First, a warm welcome to Home Theater Shack. Sounds like you have a very nice sized room for a HT.

It would be helpful to our members if you can post some simple floor plan type sketches of possible layouts. Many folks like a raised floor for the second row of seats to allow better sight lines for those on the back. What are your wife's specific dislikes about the raised idea? There are many ways to make it attractive - matching carpet, rope lighting, etc.

Please read up on acoustic room treatments and factor them into your plans. They can make a major difference in how your speakers will sound in the room. Once you get some ideas for your floor plan, post on our Home Audio Acoustics forum with a request for help. bpape was a big help in treating my room. I am sure he and others will chime in with very valuable advice.


----------



## stroms7 (Oct 11, 2012)

its 15' x 18' room with 8' ceilings..not sure what else would be helpful as it is a blank canvas. She doesn't like the idea of the risers because it is then a 'dedicated' home theater as in, it would be hard to have normal conversations with people if they are over for the 'game' or whatever...i'm all for it as we have 29' behind the home theater room to 'gather' + unpstairs living room, and 3rd level loft area....anyone else done some creative seating arrangments without a riser, or a classy why to use a riser? thanks!


----------



## Prof. (Oct 20, 2006)

There are a three ways you could do it..
You could use a sectional sofa almost the width of the room with just enough space at one side to get to the back..and some bean bags in front of it for additional seats..

With individual chairs, you could spread 3 across the width of the room with space between the chairs..Then the rear seats would be inline with the gaps between the front seats, so people sitting in the back row would be able to see through gaps..Not ideal but it can work..

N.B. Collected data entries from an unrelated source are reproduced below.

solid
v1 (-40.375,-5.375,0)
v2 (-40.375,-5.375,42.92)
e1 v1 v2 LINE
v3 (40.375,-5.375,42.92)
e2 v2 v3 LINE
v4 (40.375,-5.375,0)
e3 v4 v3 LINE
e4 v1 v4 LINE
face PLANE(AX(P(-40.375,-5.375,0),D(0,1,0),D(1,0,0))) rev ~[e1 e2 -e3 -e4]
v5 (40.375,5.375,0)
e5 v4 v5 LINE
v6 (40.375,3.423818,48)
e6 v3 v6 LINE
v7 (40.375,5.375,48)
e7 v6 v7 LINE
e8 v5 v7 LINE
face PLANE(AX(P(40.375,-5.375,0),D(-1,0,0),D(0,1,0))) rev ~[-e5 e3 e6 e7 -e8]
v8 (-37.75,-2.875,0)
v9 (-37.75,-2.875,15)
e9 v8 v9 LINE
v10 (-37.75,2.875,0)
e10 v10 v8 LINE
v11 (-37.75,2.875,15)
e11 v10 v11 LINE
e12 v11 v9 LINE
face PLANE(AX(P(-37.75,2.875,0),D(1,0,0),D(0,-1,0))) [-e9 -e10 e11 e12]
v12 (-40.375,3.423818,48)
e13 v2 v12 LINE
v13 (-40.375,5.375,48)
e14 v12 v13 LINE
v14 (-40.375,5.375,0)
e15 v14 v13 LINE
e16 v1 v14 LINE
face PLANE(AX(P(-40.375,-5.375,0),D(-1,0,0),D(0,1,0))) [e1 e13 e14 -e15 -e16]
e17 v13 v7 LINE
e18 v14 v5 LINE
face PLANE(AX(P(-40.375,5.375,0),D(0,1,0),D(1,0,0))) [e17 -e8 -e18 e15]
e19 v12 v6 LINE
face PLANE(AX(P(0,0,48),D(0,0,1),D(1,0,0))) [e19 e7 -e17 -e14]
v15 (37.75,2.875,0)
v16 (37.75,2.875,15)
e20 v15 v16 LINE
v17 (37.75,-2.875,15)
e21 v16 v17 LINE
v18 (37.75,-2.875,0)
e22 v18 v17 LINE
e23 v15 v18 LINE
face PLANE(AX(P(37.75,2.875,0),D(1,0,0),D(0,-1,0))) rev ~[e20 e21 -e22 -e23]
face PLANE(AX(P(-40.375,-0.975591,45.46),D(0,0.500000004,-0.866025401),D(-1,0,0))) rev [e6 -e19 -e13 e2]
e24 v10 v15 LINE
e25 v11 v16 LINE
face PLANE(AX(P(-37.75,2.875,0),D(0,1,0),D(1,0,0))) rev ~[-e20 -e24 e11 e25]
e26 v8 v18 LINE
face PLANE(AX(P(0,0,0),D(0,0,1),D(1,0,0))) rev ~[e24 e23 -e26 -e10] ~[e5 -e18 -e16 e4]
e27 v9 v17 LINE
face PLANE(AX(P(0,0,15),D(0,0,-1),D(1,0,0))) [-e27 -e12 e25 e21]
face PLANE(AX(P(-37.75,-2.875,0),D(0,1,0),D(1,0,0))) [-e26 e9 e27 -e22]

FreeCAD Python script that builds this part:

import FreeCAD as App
import Part
import Sketcher

V = App.Vector
Q = App.Units.Quantity


def edges_at(feature, points):
    """Names of the edges that pass closest to the given points."""
    edges = feature.Shape.Edges
    near = lambda p: min(range(len(edges)), key=lambda i: edges[i].distToShape(Part.Vertex(*p))[0])
    return sorted({f"Edge{near(p) + 1}" for p in points})


def add_polygon(sketch, points):
    """Adds a closed chain of lines whose ends are joined by coincident constraints."""
    first, n = sketch.GeometryCount, len(points)
    for a, b in zip(points, points[1:] + points[:1]):
        sketch.addGeometry(Part.LineSegment(App.Vector(*a, 0), App.Vector(*b, 0)), False)
    for i in range(n):
        sketch.addConstraint(Sketcher.Constraint("Coincident", first + i, 2, first + (i + 1) % n, 1))

doc = App.newDocument("Part")
body = doc.addObject("PartDesign::Body", "Body")

sketch1 = doc.addObject("Sketcher::SketchObject", "Sketch")
body.addObject(sketch1)
sketch1.AttachmentSupport = (doc.XY_Plane, [""])
sketch1.MapMode = "FlatFace"
add_polygon(sketch1, [(-40.375, 5.375), (-40.375, -5.375), (40.375, -5.375), (40.375, 5.375)])
sketch1.addConstraint(Sketcher.Constraint("Vertical", 0))
sketch1.addConstraint(Sketcher.Constraint("Horizontal", 1))
sketch1.addConstraint(Sketcher.Constraint("Vertical", 2))
sketch1.addConstraint(Sketcher.Constraint("Horizontal", 3))
sketch1.addConstraint(Sketcher.Constraint("Symmetric", 0, 2, 2, 2, -1, 1))
sketch1.addConstraint(Sketcher.Constraint("DistanceX", 1, 1, 1, 2, Q("80.75 mm")))
sketch1.addConstraint(Sketcher.Constraint("DistanceY", 0, 2, 0, 1, Q("10.75 mm")))
pad1 = doc.addObject("PartDesign::Pad", "Pad")
body.addObject(pad1)
pad1.Profile = sketch1
pad1.Length = 48

sketch2 = doc.addObject("Sketcher::SketchObject", "Sketch001")
body.addObject(sketch2)
sketch2.AttachmentSupport = (doc.XY_Plane, [""])
sketch2.MapMode = "FlatFace"
add_polygon(sketch2, [(-37.75, -2.875), (-37.75, 2.875), (37.75, 2.875), (37.75, -2.875)])
sketch2.addConstraint(Sketcher.Constraint("Vertical", 0))
sketch2.addConstraint(Sketcher.Constraint("Horizontal", 1))
sketch2.addConstraint(Sketcher.Constraint("Vertical", 2))
sketch2.addConstraint(Sketcher.Constraint("Horizontal", 3))
sketch2.addConstraint(Sketcher.Constraint("Symmetric", 0, 2, 2, 2, -1, 1))
sketch2.addConstraint(Sketcher.Constraint("DistanceX", 1, 1, 1, 2, Q("75.5 mm")))
sketch2.addConstraint(Sketcher.Constraint("DistanceY", 0, 1, 0, 2, Q("5.75 mm")))
pocket1 = doc.addObject("PartDesign::Pocket", "Pocket")
body.addObject(pocket1)
pocket1.Profile = sketch2
pocket1.Length = 15
pocket1.Reversed = True
doc.recompute()

chamfer = doc.addObject("PartDesign::Chamfer", "Chamfer")
body.addObject(chamfer)
chamfer.Base = (pocket1, edges_at(pocket1, [(0, -5.375, 48)]))
chamfer.ChamferType = "Two distances"
chamfer.Size = 5.08
chamfer.Size2 = 8.798818

doc.recompute()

The other alternative that I used to have is to build a portable riser..At least big enough to hold two chairs, of a light weight construction.. and when it's not in use I stood it up against the back wall..


----------



## phillihp23 (Mar 14, 2012)

With your depth of room I would go with two rows of recliners, one on a riser. My room didnt have the depth so I did one row of recliners and a bar height table with chairs behind it. As far as the wifey saying then it would be a dedicated home theater....isnt that what your shooting for :doh: :rofl:


----------



## stroms7 (Oct 11, 2012)

Prof. said:


> There are a three ways you could do it..
> You could use a sectional sofa almost the width of the room with just enough space at one side to get to the back..and some bean bags in front of it for additional seats..
> 
> With individual chairs, you could spread 3 across the width of the room with space between the chairs..Then the rear seats would be inline with the gaps between the front seats, so people sitting in the back row would be able to see through gaps..Not ideal but it can work..
> ...


Prof: how did you build a light weight riser... Mine will have to be about 9.5x6... I was thinking two sections... What was ur solution?


----------



## hddummy (Mar 9, 2007)

My brother-in-law's basement has a horseshoe shaped couch layout. It is good for social events and sports. I would highly recommend doing regular love seats or couches on the sides instead of the divided seat they have. The person there ALWAYS ends up laying across the seat to watch a movie. Toss a couple of bean bags in there for the floor and it is very cozy for everyone. 

Gaming chairs are also a really great way to get "tiered seating" without having a riser.


----------



## Prof. (Oct 20, 2006)

stroms7 said:


> Prof: how did you build a light weight riser... Mine will have to be about 9.5x6... I was thinking two sections... What was ur solution?


Mine was a bit smaller than that..6'x4'..I just made it big enough to fit two small chairs..
I used 8"x 3/4" composite for the struts and frame (can't recall the correct name, but it's a pre-painted timber and quite light and strong) and one layer of 3/4" particle board on top..Then I covered it with carpet..

For your size riser, making it in two sections would be the best way to do it..


----------